Trabecular bone has a complex and porous microstructure. This study develops approaches to determine the mechanical behaviour of this material at the macroscopic level through the use of homogenisation-based multiscale methods using micro-finite element simulations. In homogenisation-based finite element methods, a simulation involving a representative volume element of the microstructure of the considered material is performed with a specific set of boundary conditions. The macroscopic stresses and strains are retrieved as averaged quantities defined over this domain. Most of the homogenisation-based work on trabecular bone has been performed to study its macroscopic elastic regime, and therefore define its constant macroscopic stiffness tensor.
The rod and plate-shaped microstructure of trabecular bone can be precisely identified with advanced scanning tools, such as micro-computed tomography devices. Taking into account the size requirements to achieve a certain independence of boundary conditions for trabecular bone in a homogenisation-based multiscale setting, the resulting stack of images can have around ten million solid voxels after binarisation. Although a completely linear finite element simulation with such a large system may be feasible with commercial packages (with the proper time and memory requirements), it is not possible to perform a nonlinear simulation for such a mesh in a reasonable time frame, and the amount of required memory may not be available. A highly scalable parallel driver program which solves finite strain elastoplastic systems was developed within the framework of the existing parallel code ParaFEM. This code was used throughout this study to evaluate the yield and post-yield properties of trabecular bone. It was run on cutting edge high performance computing platforms (BlueGene/Q at the Hartree Centre, Science and Technology Facilities Council; and ARCHER, UK National Supercomputing Service, at Edinburgh Parallel Computing Centre).
Micro-finite element simulations require definition of properties at the microscopic scale and it is unclear how these properties affect the macroscopic response. This study examines the effect of compressive hydrostatic yield at the microscopic scale on the macroscopic behaviour. Two different microscopic yield criteria, one permitting yielding at compressive hydrostatic stresses and the other not, were considered. A large number of load cases were examined. It was found that these two microscopic yield criteria only influence macroscopic yield behaviour in load scenarios which are compression-dominated; for other load cases, macroscopic response is insensitive to the choice of the microscopic yield criterion, provided it has an appropriate strength asymmetry. Also, in compression-dominated load cases, high density bone is much more sensitive as it is more like a continuum, resulting in the microscopic properties being more directly upscaled.

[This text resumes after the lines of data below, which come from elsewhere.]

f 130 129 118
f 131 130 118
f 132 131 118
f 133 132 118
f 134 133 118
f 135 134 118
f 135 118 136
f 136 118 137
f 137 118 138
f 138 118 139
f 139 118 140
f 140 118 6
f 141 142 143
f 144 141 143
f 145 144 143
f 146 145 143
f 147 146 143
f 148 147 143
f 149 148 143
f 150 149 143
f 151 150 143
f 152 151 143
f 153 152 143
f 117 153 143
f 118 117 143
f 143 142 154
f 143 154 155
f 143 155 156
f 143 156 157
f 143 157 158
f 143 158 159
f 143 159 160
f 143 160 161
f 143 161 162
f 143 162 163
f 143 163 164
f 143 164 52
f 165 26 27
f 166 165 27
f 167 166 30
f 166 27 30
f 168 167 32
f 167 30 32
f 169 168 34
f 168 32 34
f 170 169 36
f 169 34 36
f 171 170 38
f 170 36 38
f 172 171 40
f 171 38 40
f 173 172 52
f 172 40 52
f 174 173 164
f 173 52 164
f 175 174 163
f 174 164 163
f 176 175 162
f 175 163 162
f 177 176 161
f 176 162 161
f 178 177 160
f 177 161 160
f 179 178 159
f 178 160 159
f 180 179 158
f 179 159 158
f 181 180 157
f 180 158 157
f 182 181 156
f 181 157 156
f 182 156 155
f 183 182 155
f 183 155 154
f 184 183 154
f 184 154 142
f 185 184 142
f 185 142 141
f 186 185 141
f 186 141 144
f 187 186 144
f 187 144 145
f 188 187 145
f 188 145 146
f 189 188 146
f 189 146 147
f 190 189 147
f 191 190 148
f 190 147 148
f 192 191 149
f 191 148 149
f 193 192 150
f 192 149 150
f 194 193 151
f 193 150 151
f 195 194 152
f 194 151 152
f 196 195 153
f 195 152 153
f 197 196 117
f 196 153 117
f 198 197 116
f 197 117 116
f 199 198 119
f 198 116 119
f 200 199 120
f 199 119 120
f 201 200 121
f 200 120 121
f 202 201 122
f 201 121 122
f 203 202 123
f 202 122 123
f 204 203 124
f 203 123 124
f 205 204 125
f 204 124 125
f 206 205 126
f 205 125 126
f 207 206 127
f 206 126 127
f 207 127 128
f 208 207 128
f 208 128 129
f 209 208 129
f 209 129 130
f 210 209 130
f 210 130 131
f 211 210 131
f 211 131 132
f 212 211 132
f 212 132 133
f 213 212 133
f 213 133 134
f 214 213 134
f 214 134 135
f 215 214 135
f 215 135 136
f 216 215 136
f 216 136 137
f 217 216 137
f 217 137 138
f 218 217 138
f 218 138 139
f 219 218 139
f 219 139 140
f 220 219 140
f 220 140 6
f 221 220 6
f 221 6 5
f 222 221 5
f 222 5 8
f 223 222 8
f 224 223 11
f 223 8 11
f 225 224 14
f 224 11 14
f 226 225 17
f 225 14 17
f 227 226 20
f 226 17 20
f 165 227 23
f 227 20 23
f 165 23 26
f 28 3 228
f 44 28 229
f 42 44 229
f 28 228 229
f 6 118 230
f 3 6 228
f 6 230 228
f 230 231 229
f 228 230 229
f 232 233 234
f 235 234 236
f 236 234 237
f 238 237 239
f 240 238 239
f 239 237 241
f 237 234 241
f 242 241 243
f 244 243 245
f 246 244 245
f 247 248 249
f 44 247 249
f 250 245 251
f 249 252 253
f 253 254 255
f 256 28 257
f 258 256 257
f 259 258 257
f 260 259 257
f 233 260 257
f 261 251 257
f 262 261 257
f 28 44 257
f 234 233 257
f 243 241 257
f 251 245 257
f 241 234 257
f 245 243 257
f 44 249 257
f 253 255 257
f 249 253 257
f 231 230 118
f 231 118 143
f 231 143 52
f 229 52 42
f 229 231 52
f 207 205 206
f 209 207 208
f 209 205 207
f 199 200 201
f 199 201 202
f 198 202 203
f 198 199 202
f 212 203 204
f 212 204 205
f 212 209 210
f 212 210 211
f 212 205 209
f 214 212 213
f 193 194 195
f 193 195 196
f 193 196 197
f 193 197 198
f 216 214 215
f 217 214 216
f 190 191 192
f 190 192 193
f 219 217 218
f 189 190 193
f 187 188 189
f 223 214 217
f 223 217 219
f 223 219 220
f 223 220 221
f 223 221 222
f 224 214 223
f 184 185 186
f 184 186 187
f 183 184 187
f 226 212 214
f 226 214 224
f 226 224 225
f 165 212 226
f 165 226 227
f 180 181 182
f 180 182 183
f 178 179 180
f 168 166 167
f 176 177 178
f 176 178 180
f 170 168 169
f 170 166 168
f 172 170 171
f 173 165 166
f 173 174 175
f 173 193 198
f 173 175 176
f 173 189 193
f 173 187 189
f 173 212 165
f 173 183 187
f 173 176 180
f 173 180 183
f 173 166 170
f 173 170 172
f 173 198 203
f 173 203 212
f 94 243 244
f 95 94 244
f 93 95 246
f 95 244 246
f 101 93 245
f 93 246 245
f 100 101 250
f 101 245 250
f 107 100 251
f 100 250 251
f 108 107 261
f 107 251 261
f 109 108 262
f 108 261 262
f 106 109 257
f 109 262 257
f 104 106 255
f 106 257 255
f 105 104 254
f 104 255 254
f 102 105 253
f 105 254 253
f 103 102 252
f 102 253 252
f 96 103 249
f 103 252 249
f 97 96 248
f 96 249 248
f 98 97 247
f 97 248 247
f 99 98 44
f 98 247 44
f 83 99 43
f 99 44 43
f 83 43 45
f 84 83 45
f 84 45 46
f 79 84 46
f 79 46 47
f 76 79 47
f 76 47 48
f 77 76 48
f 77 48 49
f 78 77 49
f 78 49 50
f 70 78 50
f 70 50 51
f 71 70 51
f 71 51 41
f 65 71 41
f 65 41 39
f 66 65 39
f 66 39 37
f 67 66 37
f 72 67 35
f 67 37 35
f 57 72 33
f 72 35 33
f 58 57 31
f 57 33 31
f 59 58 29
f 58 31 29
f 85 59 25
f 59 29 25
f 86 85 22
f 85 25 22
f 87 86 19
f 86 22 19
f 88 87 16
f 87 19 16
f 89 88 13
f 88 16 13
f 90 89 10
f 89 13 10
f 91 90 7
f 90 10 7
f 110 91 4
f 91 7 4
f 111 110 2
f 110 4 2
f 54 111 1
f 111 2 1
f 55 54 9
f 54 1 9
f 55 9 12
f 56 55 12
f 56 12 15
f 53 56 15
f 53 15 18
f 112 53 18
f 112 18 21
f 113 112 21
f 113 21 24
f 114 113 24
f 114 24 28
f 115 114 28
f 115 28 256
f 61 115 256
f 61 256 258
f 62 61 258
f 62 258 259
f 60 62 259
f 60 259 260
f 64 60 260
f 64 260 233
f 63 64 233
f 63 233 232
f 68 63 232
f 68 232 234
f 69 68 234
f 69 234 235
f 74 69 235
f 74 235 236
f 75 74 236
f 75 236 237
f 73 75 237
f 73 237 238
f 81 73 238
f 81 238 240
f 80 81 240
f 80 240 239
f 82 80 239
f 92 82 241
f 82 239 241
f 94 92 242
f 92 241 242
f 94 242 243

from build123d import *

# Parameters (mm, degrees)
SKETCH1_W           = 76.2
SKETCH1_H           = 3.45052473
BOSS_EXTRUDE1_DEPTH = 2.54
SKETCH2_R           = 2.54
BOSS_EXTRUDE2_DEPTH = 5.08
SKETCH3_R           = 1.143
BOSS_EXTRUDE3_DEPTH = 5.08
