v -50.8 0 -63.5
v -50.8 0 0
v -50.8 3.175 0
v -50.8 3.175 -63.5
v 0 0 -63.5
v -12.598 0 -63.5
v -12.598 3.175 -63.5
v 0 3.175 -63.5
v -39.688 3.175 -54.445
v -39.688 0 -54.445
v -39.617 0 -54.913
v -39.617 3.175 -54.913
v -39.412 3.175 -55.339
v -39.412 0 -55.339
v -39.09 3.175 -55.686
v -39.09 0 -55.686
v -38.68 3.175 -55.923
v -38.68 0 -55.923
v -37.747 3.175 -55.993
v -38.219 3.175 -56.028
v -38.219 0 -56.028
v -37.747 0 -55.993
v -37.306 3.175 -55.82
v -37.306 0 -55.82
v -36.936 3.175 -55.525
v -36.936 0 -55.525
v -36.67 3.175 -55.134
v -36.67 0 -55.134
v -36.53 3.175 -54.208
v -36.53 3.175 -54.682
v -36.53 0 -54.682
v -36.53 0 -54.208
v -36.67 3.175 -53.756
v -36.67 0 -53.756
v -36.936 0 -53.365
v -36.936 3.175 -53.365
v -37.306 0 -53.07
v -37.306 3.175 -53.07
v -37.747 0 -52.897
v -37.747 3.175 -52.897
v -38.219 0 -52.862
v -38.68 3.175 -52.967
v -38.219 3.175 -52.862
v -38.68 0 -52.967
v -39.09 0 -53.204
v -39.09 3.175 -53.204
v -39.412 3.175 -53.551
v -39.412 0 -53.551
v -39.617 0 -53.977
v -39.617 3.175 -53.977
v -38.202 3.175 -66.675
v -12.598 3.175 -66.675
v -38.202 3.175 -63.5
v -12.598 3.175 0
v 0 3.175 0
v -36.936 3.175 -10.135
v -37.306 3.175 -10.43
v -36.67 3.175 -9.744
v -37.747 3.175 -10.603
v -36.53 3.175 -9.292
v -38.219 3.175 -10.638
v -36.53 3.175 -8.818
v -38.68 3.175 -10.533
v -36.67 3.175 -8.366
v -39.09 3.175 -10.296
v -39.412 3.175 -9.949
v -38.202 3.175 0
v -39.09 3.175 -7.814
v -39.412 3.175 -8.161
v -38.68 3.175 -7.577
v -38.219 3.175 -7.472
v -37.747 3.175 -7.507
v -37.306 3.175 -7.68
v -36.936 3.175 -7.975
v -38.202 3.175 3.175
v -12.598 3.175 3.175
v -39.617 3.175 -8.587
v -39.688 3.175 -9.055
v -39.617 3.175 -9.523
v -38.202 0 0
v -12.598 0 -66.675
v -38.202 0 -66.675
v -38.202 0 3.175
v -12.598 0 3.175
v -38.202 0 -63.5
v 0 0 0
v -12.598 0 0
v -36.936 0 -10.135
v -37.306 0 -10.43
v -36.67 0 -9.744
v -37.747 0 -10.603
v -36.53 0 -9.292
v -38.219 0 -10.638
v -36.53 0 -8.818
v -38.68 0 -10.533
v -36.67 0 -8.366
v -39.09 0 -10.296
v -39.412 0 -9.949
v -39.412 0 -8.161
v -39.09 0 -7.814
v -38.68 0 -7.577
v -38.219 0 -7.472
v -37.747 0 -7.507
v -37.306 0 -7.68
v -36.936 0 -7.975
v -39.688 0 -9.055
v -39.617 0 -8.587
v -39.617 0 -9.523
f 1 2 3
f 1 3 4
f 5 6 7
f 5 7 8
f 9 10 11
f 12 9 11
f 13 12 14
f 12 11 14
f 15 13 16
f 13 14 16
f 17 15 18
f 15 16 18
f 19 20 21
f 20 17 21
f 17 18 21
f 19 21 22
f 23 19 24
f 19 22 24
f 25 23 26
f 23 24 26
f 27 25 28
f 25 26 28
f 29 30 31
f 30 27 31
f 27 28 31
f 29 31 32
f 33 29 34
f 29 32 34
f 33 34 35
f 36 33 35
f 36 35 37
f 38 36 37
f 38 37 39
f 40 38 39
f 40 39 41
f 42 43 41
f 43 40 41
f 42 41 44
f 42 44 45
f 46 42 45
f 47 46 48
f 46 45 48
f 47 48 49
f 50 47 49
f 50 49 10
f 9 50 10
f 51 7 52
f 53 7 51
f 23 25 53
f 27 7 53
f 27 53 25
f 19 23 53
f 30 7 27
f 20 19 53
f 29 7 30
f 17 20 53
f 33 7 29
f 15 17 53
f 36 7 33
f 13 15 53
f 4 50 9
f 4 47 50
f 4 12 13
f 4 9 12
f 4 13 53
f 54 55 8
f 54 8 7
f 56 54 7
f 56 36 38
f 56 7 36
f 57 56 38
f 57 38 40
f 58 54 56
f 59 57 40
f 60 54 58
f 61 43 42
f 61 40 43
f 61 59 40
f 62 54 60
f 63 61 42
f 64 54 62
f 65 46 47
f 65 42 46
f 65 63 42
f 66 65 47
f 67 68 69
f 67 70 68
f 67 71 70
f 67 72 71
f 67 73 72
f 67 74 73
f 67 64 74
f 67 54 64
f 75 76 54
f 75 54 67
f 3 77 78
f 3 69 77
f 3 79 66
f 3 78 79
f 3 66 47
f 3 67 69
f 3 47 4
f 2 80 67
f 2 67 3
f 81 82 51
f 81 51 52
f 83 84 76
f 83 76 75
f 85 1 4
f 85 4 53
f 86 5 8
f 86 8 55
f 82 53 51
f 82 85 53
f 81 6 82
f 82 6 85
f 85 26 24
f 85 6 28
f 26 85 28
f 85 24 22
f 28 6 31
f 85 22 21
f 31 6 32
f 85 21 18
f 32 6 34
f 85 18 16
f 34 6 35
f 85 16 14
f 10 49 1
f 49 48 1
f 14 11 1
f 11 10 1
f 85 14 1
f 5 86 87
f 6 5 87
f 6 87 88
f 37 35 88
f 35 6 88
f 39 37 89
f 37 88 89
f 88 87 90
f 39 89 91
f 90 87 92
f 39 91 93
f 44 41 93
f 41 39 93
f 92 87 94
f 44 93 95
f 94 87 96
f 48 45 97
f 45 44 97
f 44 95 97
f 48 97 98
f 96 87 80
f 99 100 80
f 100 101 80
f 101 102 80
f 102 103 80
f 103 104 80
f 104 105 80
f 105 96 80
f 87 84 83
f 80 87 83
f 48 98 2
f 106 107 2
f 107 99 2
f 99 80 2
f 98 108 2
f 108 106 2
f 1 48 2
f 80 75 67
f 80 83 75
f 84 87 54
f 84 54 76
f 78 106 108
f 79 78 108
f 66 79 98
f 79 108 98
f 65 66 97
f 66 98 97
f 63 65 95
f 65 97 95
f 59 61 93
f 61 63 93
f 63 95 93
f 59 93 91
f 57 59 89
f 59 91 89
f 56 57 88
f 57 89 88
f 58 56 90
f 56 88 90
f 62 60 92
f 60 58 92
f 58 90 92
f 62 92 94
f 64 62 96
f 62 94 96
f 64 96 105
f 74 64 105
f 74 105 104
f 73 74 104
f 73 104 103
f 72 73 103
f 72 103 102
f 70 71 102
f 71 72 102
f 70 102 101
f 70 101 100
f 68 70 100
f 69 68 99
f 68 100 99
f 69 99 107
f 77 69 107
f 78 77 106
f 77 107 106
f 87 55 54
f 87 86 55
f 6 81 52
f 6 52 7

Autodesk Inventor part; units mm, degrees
ref_plane "YZ Plane" through (0, 0, 0) normal (1, 0, 0) x (0, 1, 0)
ref_plane "XZ Plane" through (0, 0, 0) normal (0, 1, 0) x (-1, 0, 0)
ref_plane "XY Plane" through (0, 0, 0) normal (0, 0, 1) x (1, 0, 0)
sketch "Sketch1" plane through (0, 0, 0) normal (0, 1, 0) x (-1, 0, 0)
  line L0 (0, 0) -> (12.5984, 0)
  line L1 (12.5984, 0) -> (12.5984, 3.175)
  line L2 (12.5984, 3.175) -> (38.2016, 3.175)
  line L3 (38.2016, 3.175) -> (38.2016, 0)
  line L4 (38.2016, 0) -> (50.8, 0)
  line L5 (50.8, 0) -> (50.8, -63.5)
  line L6 (50.8, -63.5) -> (38.2016, -63.5)
  line L7 (38.2016, -63.5) -> (38.2016, -66.675)
  line L8 (38.2016, -66.675) -> (12.5984, -66.675)
  line L9 (12.5984, -66.675) -> (12.5984, -63.5)
  line L10 (12.5984, -63.5) -> (0, -63.5)
  line L11 (0, -63.5) -> (0, 0)
  circle A0 centre (38.1, -9.0551) radius 1.5875
  circle A1 centre (38.1, -54.4449) radius 1.5875
  dimension "d0" = 12.5984
  dimension "d1" = 3.175
  dimension "d2" = 25.6032
  dimension "d3" = 63.5
  dimension "d4" = 3.175
  dimension "d5" = 50.8
  dimension "d6" = 3.175
  dimension "d7" = 3.175
  dimension "d8" = 45.3898
  dimension "d9" = 12.7
  dimension "d10" = 9.0551
extrude "Extrusion1" add sketch "Sketch1" along normal blind 3.175
equation "\"d10\" = -0.5 * d8 + 0.5 * d3"
properties part number "top"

Only a few previous studies have employed homogenisation to evaluate the macroscopic yield criterion of trabecular bone. However, they either used a simplified microscopic yield surface or examined only a small number of load cases. A thorough multiaxial evaluation of the macroscopic yield surface was performed by applying a wide range of loading scenarios (160 load cases) on trabecular bone samples. Closedform yield surfaces with different symmetries (isotropy, orthotropy and full anisotropy) were fitted to the numerically obtained macroscopic yield points in strain space, and the fitting errors were evaluated in detail for different subsets of load cases. Although orthotropy and full anisotropy showed the smallest fitting errors, they were not significantly superior to the isotropic fit. Thus, isotropy in strain space presents itself as the most suitable option due to the simplicity of its implementation. The study showed that fitting errors do depend on the chosen set of load cases and that shear load cases are extremely important as it was found that even for these highly aligned samples, trabecular bone presents some degree of shear asymmetry, i.e. different strength in clockwise and counter-clockwise shear directions.
There have been no previous attempts to evaluate the post-yield behaviour of trabecular bone through homogenisation-based studies on detailed micro-finite element trabecular bone meshes. A damage and plasticity constitutive law for the microscale based on existing data in the literature was considered. A homogenisation-based multiscale approach was used to evaluate the hardening and stiffness reduction at the macroscale when uniaxial load scenarios are applied to trabecular bone samples, for a small range of plastic strain Euclidean norms. Results show that damage progression at the macroscale for trabecular bone is not isotropic, which is contrary to what has been assumed previously, and that both the evolution of the yield surface and damage are different for tension, compression and shear. Nonetheless, they can be correlated with plastic strain Euclidean norms by using linear relationships. It was also observed that macroscopic damage in a specific load case affects differently the on-axis orthotropic stiffness and the off-axis orthotropic stiffness components.
The findings of this study will permit the use of a more rigorous definition of the post-elastic macroscopic behaviour of trabecular bone in finite element settings.